Racist, sexist or homophobic banter draws its lazy humour from exclusion.

Racist, sexist or homophobic banter draws its lazy humour from exclusion.

Boys are funny, aren't they? I mean funny as in curious, not funny as in ha-ha. One minute they're all bogeys and pokemon and perilous attempts to set fire to their own farts, and the next they're making hilarious jokes about gang-rape. First, there was 'unilad,' the student magazine for undergraduates looking to affirm their own masculinity with a bit of joshing about how rape is just surprise sex. Then there were the 'G4'- four rich city boys whose cringeworthy email about a planned rugby bender in Dubai was leaked to the press, including 'rules' about 'laddish' behaviour like high- fiving each other during notional gang-bangs in which they would degrade the women involved. They also swore not to phone the girlfriends they had somehow managed to acquire, although this seems unlikely to remain an obstacle for long.

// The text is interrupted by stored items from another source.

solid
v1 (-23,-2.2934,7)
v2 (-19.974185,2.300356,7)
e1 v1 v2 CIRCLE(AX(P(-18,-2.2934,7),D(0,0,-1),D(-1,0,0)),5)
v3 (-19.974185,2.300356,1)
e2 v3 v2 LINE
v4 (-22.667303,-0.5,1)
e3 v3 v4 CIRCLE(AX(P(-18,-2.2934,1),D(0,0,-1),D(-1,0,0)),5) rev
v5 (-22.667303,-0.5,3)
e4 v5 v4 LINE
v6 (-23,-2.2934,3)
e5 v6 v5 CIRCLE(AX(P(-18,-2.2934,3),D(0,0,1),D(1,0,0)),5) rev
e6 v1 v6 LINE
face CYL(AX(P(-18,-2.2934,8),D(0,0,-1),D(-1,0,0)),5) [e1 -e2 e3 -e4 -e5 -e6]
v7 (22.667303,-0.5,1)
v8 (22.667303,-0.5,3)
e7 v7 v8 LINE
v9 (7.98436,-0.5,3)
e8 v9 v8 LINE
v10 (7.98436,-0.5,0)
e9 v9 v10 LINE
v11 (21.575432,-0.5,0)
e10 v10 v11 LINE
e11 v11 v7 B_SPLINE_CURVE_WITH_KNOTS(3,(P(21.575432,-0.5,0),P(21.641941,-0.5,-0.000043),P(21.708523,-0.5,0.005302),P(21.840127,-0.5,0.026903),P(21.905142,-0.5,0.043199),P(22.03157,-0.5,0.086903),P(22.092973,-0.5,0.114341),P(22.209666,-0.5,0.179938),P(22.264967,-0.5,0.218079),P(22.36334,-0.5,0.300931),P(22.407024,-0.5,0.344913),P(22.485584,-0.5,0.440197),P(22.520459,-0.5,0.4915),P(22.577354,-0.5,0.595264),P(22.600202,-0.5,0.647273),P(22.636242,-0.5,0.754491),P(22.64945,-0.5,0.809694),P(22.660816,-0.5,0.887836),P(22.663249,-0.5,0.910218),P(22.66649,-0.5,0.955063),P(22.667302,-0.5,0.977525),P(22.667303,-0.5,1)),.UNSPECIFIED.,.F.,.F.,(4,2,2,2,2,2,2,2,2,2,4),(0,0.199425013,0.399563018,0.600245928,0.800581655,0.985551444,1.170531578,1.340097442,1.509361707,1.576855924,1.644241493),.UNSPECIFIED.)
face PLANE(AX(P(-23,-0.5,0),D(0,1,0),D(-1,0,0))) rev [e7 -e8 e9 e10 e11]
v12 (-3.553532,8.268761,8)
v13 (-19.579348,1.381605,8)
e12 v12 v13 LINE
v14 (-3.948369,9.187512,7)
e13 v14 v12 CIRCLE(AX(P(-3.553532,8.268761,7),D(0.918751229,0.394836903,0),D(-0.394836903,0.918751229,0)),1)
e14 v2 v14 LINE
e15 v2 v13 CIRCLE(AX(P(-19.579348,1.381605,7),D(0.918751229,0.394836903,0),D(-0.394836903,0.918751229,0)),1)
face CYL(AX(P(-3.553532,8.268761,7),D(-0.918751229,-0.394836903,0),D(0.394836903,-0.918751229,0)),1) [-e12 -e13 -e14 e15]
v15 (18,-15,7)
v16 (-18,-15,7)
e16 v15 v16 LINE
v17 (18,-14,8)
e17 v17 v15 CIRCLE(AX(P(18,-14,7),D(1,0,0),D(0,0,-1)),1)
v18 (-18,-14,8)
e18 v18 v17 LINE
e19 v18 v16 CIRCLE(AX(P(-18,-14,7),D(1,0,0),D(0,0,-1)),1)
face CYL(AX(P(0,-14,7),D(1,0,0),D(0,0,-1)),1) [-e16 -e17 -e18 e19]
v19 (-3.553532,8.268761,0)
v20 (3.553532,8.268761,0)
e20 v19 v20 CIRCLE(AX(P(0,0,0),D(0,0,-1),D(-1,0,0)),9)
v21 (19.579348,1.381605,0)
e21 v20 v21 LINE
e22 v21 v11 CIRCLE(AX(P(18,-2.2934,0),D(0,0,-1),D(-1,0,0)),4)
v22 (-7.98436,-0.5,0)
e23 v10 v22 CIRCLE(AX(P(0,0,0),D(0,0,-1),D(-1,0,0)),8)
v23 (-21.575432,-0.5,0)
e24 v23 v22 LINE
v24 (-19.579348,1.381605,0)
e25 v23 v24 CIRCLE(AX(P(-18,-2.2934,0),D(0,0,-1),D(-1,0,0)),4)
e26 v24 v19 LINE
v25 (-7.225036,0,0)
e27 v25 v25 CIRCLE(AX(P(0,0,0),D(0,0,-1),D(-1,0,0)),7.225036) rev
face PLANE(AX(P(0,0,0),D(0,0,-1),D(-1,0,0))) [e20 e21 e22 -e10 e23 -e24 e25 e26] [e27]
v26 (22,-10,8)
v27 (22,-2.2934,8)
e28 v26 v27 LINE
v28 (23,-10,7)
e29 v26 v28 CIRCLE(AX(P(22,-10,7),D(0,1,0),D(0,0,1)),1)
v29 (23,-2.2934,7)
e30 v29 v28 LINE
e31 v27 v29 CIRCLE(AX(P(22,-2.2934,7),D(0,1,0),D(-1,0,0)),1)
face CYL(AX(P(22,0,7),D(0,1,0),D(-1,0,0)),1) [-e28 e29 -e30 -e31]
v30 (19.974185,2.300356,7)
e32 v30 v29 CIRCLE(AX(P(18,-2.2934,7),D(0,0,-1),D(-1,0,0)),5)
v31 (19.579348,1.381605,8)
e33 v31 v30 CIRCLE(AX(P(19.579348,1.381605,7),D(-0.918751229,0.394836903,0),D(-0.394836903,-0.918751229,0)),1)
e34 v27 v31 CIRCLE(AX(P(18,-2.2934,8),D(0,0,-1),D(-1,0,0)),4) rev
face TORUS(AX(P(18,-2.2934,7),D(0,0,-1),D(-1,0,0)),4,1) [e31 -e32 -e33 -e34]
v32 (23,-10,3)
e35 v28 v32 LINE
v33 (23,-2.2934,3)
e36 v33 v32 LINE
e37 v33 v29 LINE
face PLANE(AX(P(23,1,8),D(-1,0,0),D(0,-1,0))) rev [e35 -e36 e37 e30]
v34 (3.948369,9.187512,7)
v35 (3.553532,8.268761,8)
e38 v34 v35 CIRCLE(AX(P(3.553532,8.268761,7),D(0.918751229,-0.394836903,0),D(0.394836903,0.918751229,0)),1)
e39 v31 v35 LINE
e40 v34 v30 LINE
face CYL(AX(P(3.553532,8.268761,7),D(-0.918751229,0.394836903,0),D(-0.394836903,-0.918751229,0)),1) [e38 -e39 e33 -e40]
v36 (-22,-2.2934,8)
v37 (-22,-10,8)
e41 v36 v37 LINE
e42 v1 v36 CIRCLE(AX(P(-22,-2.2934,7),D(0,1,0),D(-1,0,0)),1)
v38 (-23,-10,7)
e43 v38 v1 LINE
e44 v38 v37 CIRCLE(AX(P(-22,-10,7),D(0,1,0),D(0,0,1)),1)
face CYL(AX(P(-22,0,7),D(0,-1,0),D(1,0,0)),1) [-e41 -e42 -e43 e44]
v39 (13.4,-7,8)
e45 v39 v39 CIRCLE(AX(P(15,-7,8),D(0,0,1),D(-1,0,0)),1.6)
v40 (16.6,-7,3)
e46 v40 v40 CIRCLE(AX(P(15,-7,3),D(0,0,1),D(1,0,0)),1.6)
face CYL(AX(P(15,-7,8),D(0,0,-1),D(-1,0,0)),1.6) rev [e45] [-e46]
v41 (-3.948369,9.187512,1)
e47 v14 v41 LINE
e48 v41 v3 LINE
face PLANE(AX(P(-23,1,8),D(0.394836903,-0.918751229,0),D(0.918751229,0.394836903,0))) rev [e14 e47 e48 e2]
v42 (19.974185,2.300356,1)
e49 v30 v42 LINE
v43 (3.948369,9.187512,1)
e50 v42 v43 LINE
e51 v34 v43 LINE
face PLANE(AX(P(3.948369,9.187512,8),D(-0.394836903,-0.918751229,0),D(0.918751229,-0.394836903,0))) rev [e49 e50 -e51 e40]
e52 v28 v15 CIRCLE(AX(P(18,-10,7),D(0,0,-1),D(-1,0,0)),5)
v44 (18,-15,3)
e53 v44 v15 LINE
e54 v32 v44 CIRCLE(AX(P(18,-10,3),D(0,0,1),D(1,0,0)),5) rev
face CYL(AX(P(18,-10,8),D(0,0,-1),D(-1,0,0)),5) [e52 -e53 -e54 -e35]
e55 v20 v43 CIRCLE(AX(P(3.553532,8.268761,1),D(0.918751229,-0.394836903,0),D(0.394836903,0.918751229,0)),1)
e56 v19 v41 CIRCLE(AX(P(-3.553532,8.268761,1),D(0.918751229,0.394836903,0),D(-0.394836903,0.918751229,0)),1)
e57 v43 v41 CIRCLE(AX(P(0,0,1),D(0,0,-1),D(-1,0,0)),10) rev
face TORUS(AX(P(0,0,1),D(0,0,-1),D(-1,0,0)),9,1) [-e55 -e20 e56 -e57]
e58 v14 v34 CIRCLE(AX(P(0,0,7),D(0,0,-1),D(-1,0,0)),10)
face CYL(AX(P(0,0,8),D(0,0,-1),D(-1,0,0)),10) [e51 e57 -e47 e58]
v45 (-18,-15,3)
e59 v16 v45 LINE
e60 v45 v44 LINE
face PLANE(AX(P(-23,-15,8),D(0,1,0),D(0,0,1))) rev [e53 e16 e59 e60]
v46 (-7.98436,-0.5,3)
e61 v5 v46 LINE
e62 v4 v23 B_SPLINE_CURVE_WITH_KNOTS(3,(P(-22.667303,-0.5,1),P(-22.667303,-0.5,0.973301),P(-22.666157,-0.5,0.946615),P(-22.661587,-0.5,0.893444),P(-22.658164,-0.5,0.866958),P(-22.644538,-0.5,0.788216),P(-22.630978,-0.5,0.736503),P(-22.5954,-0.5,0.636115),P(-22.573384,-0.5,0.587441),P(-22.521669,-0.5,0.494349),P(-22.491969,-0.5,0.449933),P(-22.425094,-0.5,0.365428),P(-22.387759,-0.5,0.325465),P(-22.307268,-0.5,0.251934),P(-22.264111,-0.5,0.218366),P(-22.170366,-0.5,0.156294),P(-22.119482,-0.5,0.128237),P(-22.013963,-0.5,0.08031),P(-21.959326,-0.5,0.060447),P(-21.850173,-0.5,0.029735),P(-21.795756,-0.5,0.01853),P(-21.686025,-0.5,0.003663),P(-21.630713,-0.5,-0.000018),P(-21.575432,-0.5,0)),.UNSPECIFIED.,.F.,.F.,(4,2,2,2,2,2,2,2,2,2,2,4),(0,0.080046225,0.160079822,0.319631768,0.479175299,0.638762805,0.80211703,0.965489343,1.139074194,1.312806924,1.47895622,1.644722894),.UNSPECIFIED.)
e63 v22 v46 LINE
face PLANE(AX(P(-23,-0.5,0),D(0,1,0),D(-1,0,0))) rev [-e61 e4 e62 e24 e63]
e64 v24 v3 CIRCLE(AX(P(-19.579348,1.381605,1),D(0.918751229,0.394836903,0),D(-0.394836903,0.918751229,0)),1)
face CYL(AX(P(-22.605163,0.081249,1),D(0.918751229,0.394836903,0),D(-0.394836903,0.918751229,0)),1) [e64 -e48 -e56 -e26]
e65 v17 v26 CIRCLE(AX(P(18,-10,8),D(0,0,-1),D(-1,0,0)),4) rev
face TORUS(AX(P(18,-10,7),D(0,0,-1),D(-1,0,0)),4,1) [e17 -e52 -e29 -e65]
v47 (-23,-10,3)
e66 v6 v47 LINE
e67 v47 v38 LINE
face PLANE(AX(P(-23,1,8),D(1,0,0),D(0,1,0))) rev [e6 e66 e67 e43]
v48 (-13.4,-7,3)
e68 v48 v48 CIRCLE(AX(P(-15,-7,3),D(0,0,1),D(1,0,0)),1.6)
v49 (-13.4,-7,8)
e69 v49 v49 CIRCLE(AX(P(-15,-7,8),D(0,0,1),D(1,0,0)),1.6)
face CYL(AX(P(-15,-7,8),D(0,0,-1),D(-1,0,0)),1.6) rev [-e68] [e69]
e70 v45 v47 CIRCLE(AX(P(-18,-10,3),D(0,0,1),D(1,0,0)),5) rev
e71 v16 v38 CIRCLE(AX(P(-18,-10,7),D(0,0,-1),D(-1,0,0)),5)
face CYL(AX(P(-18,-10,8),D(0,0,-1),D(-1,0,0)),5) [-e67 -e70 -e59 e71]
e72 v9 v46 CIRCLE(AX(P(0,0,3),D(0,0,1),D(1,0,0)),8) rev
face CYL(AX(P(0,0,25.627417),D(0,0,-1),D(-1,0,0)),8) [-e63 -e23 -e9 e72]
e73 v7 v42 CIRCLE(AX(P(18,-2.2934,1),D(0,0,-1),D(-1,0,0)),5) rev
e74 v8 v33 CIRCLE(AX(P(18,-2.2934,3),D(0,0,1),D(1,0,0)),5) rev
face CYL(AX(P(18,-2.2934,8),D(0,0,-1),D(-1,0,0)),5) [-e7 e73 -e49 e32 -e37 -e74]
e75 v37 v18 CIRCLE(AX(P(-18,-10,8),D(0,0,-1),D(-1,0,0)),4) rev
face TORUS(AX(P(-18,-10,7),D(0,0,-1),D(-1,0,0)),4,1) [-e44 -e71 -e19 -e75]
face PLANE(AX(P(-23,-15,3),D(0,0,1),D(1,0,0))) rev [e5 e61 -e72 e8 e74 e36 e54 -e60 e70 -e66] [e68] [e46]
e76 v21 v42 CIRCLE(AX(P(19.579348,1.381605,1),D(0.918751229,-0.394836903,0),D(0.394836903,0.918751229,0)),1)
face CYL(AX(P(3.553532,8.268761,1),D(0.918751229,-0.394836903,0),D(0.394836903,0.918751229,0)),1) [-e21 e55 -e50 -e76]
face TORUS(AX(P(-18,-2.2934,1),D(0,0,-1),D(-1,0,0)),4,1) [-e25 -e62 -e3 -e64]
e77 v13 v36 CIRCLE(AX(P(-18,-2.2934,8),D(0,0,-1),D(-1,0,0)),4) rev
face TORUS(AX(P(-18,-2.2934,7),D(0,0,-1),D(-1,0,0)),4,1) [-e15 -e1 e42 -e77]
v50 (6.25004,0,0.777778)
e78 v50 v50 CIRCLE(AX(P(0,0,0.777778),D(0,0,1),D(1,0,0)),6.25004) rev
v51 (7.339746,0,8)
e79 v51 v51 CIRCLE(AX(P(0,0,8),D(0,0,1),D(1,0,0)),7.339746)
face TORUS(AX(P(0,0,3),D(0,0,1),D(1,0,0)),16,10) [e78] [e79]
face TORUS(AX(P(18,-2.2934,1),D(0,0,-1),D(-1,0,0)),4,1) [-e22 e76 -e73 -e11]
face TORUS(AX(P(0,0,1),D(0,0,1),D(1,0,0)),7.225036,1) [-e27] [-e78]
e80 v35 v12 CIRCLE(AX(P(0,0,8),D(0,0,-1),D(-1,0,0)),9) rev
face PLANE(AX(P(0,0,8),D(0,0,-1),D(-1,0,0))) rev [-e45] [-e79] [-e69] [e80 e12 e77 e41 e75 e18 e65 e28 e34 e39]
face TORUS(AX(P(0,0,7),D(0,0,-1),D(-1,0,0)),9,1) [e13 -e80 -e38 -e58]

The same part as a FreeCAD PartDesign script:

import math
import FreeCAD as App
import Part
import Sketcher

V = App.Vector


def edges_at(feature, points):
    """Names of the edges that pass closest to the given points."""
    edges = feature.Shape.Edges
    near = lambda p: min(range(len(edges)), key=lambda i: edges[i].distToShape(Part.Vertex(*p))[0])
    return sorted({f"Edge{near(p) + 1}" for p in points})


def add_polygon(sketch, points):
    """Adds a closed chain of lines whose ends are joined by coincident constraints."""
    first, n = sketch.GeometryCount, len(points)
    for a, b in zip(points, points[1:] + points[:1]):
        sketch.addGeometry(Part.LineSegment(App.Vector(*a, 0), App.Vector(*b, 0)), False)
    for i in range(n):
        sketch.addConstraint(Sketcher.Constraint("Coincident", first + i, 2, first + (i + 1) % n, 1))

doc = App.newDocument("Part")
body = doc.addObject("PartDesign::Body", "Body")

sketch1 = body.newObject("Sketcher::SketchObject", "Sketch")
sketch1.AttachmentSupport = (doc.getObject("XY_Plane"), [""])
sketch1.MapMode = "FlatFace"
sketch1.addGeometry([
    Part.LineSegment(V(-3.9, 9.2, 0), V(-23, 1, 0)),
    Part.LineSegment(V(-23, 1, 0), V(-23, -15, 0)),
    Part.LineSegment(V(-23, -15, 0), V(23, -15, 0)),
    Part.LineSegment(V(23, -15, 0), V(23, 1, 0)),
    Part.LineSegment(V(23, 1, 0), V(3.9, 9.2, 0)),
    Part.ArcOfCircle(Part.Circle(V(0, 0, 0), V(0, 0, 1), 10), math.radians(67), math.radians(113)),
    Part.Circle(V(15, -7, 0), V(0, 0, 1), 1.6),
    Part.Circle(V(-15, -7, 0), V(0, 0, 1), 1.6),
], False)
sketch1.addConstraint([
    Sketcher.Constraint("Coincident", 0, 2, 1, 1),
    Sketcher.Constraint("Coincident", 1, 2, 2, 1),
    Sketcher.Constraint("Coincident", 2, 2, 3, 1),
    Sketcher.Constraint("Coincident", 3, 2, 4, 1),
    Sketcher.Constraint("Tangent", 4, 2, 5, 1),
    Sketcher.Constraint("Tangent", 5, 2, 0, 1),
    Sketcher.Constraint("Vertical", 1),
    Sketcher.Constraint("Horizontal", 2),
    Sketcher.Constraint("Vertical", 3),
    Sketcher.Constraint("Coincident", 5, 3, -1, 1),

'Lad banter' is nothing new- but the leakiness of data online means that a large number of women can now see the way that we have always suspected some men talk about us behind our backs. Before they were chased from the internet by fire-breathing feminist hellwraiths, the jolly boys at Unilad apologised for 'going too far' and for causing offence. This is an Olympian feat of point- missage: the problem is not the offence caused but the fact that some men still think that this is an acceptable way to talk about women in or out of our earshot.

Some jokes are designed to make people feel powerful by dehumanising others. Racist, sexist or homophobic banter draws its lazy humour from exclusion, and in general, the worse a joke is, the smaller the circle of people likely to 'get' it. When people accuse women of inability to 'take a joke' when men humiliate, objectify or degrade us, they are absolutely right. The 'joke' wouldn't work if it were designed for us to appreciate, because that sort of humour is based on cruelty, on making men feel big and stiff at women's expense. Some jokes we are simply expected to 'take' rather like one might take a punch.

That this sort of misogynist table-thumping has more than a little of the playground to it is not accidental. It is learned in the playground. I remember ten years ago, in year eleven, the way the loud, overweight boy in who might have been bullied if it were not for his particular penchant for filthy banter used to speculate, as soon as the teacher left the room, as to how the genitals of the prettiest girl in English class might taste - like bacon? Like beef? Was she shaved?

I remember how she just sat there with her eyes lowered, waiting for it to stop. With hindsight I can understand the vulnerability of these spotty little underage virgins, the anxiety to prove themselves men, which meant adopting the postures of a circle of angry power that excluded all of the girls as well as not a small number of the boys. It excluded the shy, the nerdy, the obviously gay, and the one or two who had somehow learned years or decades ahead of their peers that women and girls were real human beings with dreams and desires and personal agency.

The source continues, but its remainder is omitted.